What you need to do:
When checking the entries below, count every line with the word "Бобышка", then give only that number.
---------- Records for this task
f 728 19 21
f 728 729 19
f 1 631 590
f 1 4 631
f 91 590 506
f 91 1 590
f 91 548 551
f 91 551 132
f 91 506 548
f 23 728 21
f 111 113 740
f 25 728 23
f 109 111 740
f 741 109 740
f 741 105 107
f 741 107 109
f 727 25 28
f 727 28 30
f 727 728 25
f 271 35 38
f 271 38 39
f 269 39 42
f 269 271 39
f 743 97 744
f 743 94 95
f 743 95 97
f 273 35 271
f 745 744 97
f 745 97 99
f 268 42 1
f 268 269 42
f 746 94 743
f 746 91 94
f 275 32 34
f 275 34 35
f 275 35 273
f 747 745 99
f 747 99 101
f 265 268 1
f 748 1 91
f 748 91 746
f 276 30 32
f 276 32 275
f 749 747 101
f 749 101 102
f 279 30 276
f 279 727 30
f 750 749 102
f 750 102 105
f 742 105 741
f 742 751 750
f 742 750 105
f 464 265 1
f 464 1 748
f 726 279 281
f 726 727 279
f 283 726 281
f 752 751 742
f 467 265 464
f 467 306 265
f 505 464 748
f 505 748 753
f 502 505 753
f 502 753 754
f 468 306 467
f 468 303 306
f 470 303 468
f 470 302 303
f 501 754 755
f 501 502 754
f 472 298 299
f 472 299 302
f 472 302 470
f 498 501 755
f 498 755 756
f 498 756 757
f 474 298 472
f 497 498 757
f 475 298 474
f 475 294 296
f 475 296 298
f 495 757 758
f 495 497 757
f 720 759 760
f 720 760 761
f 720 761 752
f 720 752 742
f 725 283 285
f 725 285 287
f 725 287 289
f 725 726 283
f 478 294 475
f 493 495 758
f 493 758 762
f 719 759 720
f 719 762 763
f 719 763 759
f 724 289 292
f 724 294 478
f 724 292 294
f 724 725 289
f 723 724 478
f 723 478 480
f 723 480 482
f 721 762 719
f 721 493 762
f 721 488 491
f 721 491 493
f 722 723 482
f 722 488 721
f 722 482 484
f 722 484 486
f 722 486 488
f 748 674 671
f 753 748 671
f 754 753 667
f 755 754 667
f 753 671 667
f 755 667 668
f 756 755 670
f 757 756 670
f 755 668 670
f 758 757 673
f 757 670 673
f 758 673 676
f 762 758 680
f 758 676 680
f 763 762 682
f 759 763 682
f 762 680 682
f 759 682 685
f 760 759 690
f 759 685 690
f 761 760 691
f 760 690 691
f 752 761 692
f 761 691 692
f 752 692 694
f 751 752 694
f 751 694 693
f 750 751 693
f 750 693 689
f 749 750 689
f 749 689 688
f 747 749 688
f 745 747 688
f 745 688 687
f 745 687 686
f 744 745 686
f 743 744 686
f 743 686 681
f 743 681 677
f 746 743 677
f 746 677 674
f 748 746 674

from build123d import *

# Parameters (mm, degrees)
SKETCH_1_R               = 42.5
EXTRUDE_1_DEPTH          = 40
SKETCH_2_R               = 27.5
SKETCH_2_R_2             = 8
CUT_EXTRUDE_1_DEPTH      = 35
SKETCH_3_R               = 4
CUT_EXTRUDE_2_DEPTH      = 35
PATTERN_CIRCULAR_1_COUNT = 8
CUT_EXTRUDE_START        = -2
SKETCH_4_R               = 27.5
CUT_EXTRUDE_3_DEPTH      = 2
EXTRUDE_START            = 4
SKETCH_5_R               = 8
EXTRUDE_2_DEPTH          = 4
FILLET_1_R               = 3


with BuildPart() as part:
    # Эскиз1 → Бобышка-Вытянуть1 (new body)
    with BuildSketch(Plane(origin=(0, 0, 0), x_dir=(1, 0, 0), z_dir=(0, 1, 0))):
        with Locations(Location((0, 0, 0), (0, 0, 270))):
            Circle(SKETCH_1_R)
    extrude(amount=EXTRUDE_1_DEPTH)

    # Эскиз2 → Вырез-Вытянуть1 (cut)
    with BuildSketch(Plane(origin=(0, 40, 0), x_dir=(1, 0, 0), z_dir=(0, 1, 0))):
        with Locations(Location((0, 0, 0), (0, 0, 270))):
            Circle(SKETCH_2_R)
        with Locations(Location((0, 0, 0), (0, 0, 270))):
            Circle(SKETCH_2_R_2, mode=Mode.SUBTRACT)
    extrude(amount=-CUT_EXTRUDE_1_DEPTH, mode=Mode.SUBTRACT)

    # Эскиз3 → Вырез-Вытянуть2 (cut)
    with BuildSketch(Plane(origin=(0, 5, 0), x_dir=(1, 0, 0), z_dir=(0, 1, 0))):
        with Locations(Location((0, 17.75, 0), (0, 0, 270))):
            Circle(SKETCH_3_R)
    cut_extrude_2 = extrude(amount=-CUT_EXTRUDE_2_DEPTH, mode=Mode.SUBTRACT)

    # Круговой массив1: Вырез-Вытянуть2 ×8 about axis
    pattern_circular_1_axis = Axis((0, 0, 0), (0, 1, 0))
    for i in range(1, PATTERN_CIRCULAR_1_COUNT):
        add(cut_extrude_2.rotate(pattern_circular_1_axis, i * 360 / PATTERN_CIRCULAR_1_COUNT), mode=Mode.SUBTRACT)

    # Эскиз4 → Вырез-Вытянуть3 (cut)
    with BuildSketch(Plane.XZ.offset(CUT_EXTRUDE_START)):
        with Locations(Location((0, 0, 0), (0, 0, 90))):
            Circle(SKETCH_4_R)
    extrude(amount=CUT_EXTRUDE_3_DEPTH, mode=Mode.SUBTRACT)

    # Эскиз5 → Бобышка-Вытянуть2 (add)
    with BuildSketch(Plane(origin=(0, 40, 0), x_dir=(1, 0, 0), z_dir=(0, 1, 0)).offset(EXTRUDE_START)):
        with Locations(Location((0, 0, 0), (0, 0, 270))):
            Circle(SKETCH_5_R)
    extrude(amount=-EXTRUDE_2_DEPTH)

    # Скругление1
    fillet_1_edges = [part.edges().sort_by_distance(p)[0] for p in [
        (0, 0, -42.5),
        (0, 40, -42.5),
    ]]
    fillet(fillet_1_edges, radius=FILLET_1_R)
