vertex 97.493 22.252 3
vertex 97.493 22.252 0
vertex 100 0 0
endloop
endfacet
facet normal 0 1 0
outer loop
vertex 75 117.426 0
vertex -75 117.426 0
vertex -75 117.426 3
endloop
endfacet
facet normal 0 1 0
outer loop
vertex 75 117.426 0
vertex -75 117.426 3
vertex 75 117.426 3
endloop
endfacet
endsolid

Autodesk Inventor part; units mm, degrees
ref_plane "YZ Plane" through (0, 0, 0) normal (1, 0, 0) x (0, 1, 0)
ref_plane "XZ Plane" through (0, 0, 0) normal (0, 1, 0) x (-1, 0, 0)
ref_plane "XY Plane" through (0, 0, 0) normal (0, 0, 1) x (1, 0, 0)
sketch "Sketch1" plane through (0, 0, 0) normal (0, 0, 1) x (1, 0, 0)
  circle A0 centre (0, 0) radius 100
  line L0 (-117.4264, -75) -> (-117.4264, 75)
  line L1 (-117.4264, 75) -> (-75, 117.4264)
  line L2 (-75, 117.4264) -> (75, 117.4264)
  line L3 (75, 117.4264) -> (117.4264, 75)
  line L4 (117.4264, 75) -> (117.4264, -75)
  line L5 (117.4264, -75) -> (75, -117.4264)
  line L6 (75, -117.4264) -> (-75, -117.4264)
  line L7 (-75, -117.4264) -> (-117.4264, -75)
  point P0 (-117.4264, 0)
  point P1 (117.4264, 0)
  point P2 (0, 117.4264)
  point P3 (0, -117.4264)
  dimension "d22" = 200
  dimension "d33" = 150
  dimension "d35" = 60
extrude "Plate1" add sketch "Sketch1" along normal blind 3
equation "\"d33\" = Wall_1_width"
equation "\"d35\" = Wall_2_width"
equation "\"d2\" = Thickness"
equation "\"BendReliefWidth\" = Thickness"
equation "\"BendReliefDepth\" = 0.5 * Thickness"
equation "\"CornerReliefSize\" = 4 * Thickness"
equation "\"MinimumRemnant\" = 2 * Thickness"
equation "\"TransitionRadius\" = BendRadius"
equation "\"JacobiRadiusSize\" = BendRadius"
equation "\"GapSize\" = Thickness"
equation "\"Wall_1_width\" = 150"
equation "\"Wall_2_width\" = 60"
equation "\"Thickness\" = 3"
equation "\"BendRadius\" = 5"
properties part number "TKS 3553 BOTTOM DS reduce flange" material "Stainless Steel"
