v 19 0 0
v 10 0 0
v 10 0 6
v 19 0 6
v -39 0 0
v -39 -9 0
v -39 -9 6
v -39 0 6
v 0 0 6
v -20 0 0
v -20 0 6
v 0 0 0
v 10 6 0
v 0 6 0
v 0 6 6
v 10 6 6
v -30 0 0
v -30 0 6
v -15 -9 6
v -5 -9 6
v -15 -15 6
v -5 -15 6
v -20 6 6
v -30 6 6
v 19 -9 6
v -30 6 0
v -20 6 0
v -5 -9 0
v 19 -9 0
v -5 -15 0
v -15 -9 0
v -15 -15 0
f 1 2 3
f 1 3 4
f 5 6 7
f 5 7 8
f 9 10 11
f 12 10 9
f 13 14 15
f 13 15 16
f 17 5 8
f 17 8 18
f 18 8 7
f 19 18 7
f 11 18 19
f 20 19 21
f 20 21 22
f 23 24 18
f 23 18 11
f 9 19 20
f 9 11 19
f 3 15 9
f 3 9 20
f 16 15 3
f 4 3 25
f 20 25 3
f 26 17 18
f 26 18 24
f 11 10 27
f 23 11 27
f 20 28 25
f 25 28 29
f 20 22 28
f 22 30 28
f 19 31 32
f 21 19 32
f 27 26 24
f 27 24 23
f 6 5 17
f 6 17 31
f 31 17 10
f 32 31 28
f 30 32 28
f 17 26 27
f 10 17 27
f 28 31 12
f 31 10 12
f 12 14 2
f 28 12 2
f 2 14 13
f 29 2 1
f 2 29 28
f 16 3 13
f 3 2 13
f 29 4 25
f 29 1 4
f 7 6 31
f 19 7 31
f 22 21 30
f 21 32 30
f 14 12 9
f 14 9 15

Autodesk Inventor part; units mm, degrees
ref_plane "YZ Plane" through (0, 0, 0) normal (1, 0, 0) x (0, 1, 0)
ref_plane "XZ Plane" through (0, 0, 0) normal (0, 1, 0) x (-1, 0, 0)
ref_plane "XY Plane" through (0, 0, 0) normal (0, 0, 1) x (1, 0, 0)
ref_plane "Work Plane1" through (-30, 0, 0) normal (0, 0, 1) x (1, 0, 0)
sketch "Sketch1" plane through (-30, 0, 0) normal (0, 0, 1) x (1, 0, 0)
  line L0 (0, 6) -> (10, 6)
  line L1 (0, 0) -> (0, 6)
  line L2 (10, 0) -> (0, 0)
  line L3 (10, 0) -> (10, 6)
  line L4 (30, 6) -> (40, 6)
  line L5 (30, 0) -> (30, 6)
  line L6 (40, 0) -> (30, 0)
  line L7 (40, 0) -> (40, 6)
  line L8 (49, 0) -> (49, -9)
  line L9 (-9, -9) -> (-9, 0)
  line L10 (-15, 0) -> (0, 0)
  line L11 (10, 0) -> (30, 0)
  line L12 (40, 0) -> (55, 0)
  line L13 (121.5157, 6) -> (-97.4843, 6)
  line L14 (-97.4843, -9) -> (121.5157, -9)
  line L15 (25, -9) -> (15, -9)
  line L16 (15, -9) -> (15, -15)
  line L17 (15, -15) -> (25, -15)
  line L18 (25, -15) -> (25, -9)
  point P0 (20, -15)
  point P1 (20, 0)
  dimension "d0" = 10
  dimension "d1" = 6
extrude "Plate1" add sketch "Sketch1" along normal blind 6 contours L0 L3 L2 L1 | L2 L11 L6 L12 L8 L14 L9 L10 | L4 L7 L6 L5 | L14 L18 L17 L16
equation "\"d2\" = Thickness"
equation "\"BendRadius\" = Thickness"
equation "\"BendReliefWidth\" = Thickness"
equation "\"BendReliefDepth\" = 0.5 * Thickness"
equation "\"CornerReliefSize\" = 4 * Thickness"
equation "\"MinimumRemnant\" = 2 * Thickness"
equation "\"TransitionRadius\" = BendRadius"
equation "\"JacobiRadiusSize\" = BendRadius"
equation "\"GapSize\" = Thickness"
equation "\"Thickness\" = 6"
properties part number "joystick buiskant" material "Wood (Birch)"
--------------------
Result:
2